(Collected data entries)
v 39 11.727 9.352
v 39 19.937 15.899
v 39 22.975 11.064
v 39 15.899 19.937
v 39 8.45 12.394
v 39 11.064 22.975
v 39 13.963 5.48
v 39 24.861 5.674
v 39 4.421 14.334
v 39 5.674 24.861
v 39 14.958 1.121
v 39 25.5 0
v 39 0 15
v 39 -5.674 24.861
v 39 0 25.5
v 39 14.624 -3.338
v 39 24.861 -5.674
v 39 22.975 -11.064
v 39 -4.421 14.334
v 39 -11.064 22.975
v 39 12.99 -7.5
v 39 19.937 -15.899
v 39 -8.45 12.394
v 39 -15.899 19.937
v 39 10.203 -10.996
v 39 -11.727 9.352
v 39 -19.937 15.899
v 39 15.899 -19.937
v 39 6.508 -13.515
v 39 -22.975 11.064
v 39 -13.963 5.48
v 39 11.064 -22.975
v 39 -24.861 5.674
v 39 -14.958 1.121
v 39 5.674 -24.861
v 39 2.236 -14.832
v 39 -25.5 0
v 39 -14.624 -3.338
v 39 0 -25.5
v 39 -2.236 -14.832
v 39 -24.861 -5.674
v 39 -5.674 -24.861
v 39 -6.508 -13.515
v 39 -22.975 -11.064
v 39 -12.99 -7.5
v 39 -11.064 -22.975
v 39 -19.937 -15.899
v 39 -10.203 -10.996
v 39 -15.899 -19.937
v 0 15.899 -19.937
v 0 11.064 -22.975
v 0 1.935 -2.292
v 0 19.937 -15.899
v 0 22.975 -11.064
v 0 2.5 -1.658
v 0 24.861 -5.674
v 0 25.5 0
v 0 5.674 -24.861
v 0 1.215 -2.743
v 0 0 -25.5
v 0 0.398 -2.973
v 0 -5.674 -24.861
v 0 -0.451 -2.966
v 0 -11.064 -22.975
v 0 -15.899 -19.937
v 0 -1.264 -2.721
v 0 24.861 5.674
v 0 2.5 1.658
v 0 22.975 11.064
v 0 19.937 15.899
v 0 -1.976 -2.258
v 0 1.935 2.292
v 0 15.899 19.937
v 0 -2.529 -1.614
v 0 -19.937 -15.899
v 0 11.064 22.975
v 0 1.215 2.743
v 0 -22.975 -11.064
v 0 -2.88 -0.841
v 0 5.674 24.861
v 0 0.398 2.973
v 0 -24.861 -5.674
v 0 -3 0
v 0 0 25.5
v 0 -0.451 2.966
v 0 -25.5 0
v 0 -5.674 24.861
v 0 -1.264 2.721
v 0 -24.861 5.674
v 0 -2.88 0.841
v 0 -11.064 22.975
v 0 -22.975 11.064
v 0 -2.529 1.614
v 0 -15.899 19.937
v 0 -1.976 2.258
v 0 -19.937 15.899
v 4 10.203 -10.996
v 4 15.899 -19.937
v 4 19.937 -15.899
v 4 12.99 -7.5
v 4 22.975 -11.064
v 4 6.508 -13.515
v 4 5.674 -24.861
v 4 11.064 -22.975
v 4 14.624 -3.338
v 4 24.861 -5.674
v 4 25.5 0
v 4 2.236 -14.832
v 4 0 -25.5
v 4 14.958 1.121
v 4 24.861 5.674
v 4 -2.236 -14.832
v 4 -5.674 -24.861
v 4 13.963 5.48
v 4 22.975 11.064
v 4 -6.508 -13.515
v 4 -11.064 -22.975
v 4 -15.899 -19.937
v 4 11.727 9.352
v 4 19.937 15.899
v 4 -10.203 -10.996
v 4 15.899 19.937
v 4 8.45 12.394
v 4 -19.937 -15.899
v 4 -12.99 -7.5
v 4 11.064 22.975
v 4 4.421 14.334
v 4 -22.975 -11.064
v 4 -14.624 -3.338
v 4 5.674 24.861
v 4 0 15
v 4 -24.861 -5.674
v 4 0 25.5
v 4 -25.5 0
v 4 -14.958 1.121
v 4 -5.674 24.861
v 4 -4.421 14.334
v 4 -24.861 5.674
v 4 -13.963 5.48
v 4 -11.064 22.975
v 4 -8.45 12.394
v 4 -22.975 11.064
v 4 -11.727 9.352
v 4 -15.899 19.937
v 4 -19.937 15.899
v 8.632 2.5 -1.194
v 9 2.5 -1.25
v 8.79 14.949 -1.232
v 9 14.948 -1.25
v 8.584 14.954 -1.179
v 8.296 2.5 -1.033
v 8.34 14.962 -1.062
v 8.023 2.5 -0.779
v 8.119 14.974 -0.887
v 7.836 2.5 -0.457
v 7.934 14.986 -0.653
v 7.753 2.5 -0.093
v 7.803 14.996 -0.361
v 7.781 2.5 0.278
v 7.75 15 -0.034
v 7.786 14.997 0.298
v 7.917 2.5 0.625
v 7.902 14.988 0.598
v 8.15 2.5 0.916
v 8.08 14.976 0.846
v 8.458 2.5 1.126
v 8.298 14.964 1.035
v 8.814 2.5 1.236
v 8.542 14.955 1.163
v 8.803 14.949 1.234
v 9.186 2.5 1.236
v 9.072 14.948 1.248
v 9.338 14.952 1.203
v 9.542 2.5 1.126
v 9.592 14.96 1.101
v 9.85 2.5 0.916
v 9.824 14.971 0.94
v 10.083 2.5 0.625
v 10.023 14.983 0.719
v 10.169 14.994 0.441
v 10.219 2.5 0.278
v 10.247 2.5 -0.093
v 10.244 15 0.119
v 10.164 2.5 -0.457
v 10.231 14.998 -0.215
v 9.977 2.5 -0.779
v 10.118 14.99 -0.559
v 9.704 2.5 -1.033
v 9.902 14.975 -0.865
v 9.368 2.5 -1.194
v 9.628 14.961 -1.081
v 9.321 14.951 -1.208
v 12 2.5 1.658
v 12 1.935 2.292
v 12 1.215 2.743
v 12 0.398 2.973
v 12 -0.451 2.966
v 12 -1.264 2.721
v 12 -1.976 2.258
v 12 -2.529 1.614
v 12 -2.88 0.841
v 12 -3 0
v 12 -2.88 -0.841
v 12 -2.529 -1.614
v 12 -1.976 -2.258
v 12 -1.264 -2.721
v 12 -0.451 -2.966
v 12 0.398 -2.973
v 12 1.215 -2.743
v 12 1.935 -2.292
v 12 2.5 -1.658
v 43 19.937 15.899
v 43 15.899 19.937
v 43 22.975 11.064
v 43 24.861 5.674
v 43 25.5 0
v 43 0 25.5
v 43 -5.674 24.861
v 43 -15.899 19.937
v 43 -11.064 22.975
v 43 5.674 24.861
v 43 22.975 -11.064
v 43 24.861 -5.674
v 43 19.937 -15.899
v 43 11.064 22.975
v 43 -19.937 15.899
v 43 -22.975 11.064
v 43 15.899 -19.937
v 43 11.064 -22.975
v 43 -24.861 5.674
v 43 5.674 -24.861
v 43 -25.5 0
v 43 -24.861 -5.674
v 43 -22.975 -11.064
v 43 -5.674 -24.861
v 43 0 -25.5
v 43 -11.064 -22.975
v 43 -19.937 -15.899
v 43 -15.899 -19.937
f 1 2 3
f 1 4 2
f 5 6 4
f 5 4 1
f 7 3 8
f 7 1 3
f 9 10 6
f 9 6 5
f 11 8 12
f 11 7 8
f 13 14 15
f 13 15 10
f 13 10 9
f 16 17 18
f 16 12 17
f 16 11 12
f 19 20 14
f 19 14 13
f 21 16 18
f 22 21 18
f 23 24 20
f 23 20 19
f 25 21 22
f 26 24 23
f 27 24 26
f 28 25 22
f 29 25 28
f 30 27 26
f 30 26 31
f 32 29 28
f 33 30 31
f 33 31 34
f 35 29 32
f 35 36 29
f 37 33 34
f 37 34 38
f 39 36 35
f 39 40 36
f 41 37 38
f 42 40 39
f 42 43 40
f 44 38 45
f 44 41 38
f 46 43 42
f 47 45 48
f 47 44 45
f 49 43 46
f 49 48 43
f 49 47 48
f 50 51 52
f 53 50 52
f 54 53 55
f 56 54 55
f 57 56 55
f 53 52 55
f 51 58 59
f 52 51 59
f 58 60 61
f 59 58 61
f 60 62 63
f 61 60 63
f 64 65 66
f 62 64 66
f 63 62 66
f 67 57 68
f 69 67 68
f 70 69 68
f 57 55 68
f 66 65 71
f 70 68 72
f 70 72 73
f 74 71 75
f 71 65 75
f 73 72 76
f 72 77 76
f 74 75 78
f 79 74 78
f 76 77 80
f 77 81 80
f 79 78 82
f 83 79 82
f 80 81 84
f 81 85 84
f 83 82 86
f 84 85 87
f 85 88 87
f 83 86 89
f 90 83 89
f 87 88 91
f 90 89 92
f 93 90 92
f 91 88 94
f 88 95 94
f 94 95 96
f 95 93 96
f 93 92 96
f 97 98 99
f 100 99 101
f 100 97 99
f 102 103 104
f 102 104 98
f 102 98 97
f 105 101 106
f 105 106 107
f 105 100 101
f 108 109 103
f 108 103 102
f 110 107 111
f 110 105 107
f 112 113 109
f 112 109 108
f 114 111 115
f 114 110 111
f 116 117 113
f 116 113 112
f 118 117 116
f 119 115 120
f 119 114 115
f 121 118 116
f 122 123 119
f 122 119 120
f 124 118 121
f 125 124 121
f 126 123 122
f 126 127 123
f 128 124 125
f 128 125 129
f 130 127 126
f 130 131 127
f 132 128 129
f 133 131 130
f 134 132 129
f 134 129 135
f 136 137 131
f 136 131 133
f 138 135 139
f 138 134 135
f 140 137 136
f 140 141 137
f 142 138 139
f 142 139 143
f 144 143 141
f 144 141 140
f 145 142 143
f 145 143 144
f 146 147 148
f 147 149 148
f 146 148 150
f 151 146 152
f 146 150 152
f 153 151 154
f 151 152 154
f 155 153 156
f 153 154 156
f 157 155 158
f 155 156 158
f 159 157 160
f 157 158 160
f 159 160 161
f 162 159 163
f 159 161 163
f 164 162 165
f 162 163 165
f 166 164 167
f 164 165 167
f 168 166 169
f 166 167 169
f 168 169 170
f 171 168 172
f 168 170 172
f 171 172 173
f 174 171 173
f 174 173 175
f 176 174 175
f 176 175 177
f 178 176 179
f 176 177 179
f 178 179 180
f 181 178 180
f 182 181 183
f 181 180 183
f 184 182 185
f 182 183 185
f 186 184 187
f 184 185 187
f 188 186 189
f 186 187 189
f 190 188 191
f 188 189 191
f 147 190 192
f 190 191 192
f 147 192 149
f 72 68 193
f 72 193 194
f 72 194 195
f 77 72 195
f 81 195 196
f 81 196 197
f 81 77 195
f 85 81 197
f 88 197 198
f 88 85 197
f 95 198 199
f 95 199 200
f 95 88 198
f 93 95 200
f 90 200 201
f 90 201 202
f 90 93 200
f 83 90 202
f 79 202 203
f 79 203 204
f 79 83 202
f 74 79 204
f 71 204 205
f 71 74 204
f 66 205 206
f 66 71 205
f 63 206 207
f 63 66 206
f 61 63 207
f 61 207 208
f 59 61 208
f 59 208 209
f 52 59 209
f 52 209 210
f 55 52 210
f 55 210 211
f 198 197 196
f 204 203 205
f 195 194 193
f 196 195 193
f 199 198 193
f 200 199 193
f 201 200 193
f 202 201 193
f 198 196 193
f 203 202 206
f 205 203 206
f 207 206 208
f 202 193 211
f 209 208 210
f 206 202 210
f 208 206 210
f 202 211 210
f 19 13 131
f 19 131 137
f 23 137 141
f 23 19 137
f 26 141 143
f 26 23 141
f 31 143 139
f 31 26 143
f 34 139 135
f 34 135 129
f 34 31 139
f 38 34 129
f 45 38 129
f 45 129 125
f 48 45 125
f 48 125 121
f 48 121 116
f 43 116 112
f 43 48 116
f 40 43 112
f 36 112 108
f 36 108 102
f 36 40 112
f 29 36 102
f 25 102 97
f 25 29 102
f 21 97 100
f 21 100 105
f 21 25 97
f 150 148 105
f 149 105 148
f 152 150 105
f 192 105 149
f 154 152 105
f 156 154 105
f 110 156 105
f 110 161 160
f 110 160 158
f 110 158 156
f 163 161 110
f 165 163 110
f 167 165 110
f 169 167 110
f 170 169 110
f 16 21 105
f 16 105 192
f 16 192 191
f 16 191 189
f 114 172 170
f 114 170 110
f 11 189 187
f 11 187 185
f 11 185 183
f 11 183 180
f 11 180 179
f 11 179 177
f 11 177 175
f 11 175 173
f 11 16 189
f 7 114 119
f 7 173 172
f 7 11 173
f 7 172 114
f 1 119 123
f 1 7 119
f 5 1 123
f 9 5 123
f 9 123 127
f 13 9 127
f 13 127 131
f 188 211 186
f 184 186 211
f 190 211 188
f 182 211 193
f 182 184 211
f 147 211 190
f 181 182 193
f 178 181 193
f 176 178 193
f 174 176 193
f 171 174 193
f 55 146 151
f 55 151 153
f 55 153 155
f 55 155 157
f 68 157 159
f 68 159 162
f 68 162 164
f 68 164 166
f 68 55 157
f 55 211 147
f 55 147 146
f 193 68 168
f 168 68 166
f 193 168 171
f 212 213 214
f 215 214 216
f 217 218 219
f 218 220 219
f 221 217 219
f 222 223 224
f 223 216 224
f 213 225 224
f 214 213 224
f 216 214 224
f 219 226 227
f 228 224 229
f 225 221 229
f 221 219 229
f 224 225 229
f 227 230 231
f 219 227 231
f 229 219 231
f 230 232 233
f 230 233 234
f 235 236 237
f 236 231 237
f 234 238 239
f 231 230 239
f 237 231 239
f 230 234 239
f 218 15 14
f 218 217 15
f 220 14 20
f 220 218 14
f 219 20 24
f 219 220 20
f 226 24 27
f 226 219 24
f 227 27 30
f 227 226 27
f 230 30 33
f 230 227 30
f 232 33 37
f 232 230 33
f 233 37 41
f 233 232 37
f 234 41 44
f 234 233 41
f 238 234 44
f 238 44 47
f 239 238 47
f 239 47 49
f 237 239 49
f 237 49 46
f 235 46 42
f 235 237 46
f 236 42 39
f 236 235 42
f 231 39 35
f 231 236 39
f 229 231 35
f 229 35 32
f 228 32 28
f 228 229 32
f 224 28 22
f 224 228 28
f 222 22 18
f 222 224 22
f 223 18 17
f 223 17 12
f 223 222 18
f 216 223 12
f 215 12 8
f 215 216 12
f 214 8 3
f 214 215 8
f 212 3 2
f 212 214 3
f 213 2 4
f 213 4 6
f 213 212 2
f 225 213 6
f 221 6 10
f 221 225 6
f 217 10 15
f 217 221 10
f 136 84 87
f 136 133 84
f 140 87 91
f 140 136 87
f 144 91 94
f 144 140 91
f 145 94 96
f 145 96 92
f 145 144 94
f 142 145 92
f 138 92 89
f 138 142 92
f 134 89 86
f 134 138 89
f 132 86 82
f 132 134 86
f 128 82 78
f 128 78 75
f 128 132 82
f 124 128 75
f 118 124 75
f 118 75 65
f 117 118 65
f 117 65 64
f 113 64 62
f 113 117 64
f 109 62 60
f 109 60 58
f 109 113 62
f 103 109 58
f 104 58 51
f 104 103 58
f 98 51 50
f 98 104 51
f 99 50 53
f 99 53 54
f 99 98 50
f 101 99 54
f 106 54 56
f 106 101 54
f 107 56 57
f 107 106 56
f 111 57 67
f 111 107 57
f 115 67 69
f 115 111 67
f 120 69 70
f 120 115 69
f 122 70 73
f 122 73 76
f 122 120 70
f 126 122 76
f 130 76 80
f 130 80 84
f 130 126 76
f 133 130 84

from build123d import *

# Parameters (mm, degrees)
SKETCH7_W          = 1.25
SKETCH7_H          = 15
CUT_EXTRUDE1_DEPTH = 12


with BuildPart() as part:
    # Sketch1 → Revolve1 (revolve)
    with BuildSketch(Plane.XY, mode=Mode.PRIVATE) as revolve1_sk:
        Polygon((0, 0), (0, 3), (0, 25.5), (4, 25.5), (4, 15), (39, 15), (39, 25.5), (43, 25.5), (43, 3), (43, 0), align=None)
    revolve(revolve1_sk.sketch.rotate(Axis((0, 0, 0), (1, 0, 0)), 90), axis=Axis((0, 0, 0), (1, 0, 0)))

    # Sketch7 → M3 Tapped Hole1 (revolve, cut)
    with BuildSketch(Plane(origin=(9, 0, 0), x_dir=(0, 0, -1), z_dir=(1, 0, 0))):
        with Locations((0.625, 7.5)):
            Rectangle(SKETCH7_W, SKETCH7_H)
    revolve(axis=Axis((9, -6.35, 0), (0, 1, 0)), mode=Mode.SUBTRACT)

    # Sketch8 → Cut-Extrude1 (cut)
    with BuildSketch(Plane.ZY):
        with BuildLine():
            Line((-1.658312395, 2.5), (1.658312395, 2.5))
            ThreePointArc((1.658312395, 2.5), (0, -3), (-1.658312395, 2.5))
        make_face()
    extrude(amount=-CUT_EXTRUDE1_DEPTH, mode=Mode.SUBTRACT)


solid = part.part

▶ **THE TASK**:
Although the records may continue, retype only the lines from the first one through the one containing "v 39 -25.5 0", exactly as they appear.

▶ **ANSWER AREA**:
v 39 11.727 9.352
v 39 19.937 15.899
v 39 22.975 11.064
v 39 15.899 19.937
v 39 8.45 12.394
v 39 11.064 22.975
v 39 13.963 5.48
v 39 24.861 5.674
v 39 4.421 14.334
v 39 5.674 24.861
v 39 14.958 1.121
v 39 25.5 0
v 39 0 15
v 39 -5.674 24.861
v 39 0 25.5
v 39 14.624 -3.338
v 39 24.861 -5.674
v 39 22.975 -11.064
v 39 -4.421 14.334
v 39 -11.064 22.975
v 39 12.99 -7.5
v 39 19.937 -15.899
v 39 -8.45 12.394
v 39 -15.899 19.937
v 39 10.203 -10.996
v 39 -11.727 9.352
v 39 -19.937 15.899
v 39 15.899 -19.937
v 39 6.508 -13.515
v 39 -22.975 11.064
v 39 -13.963 5.48
v 39 11.064 -22.975
v 39 -24.861 5.674
v 39 -14.958 1.121
v 39 5.674 -24.861
v 39 2.236 -14.832
v 39 -25.5 0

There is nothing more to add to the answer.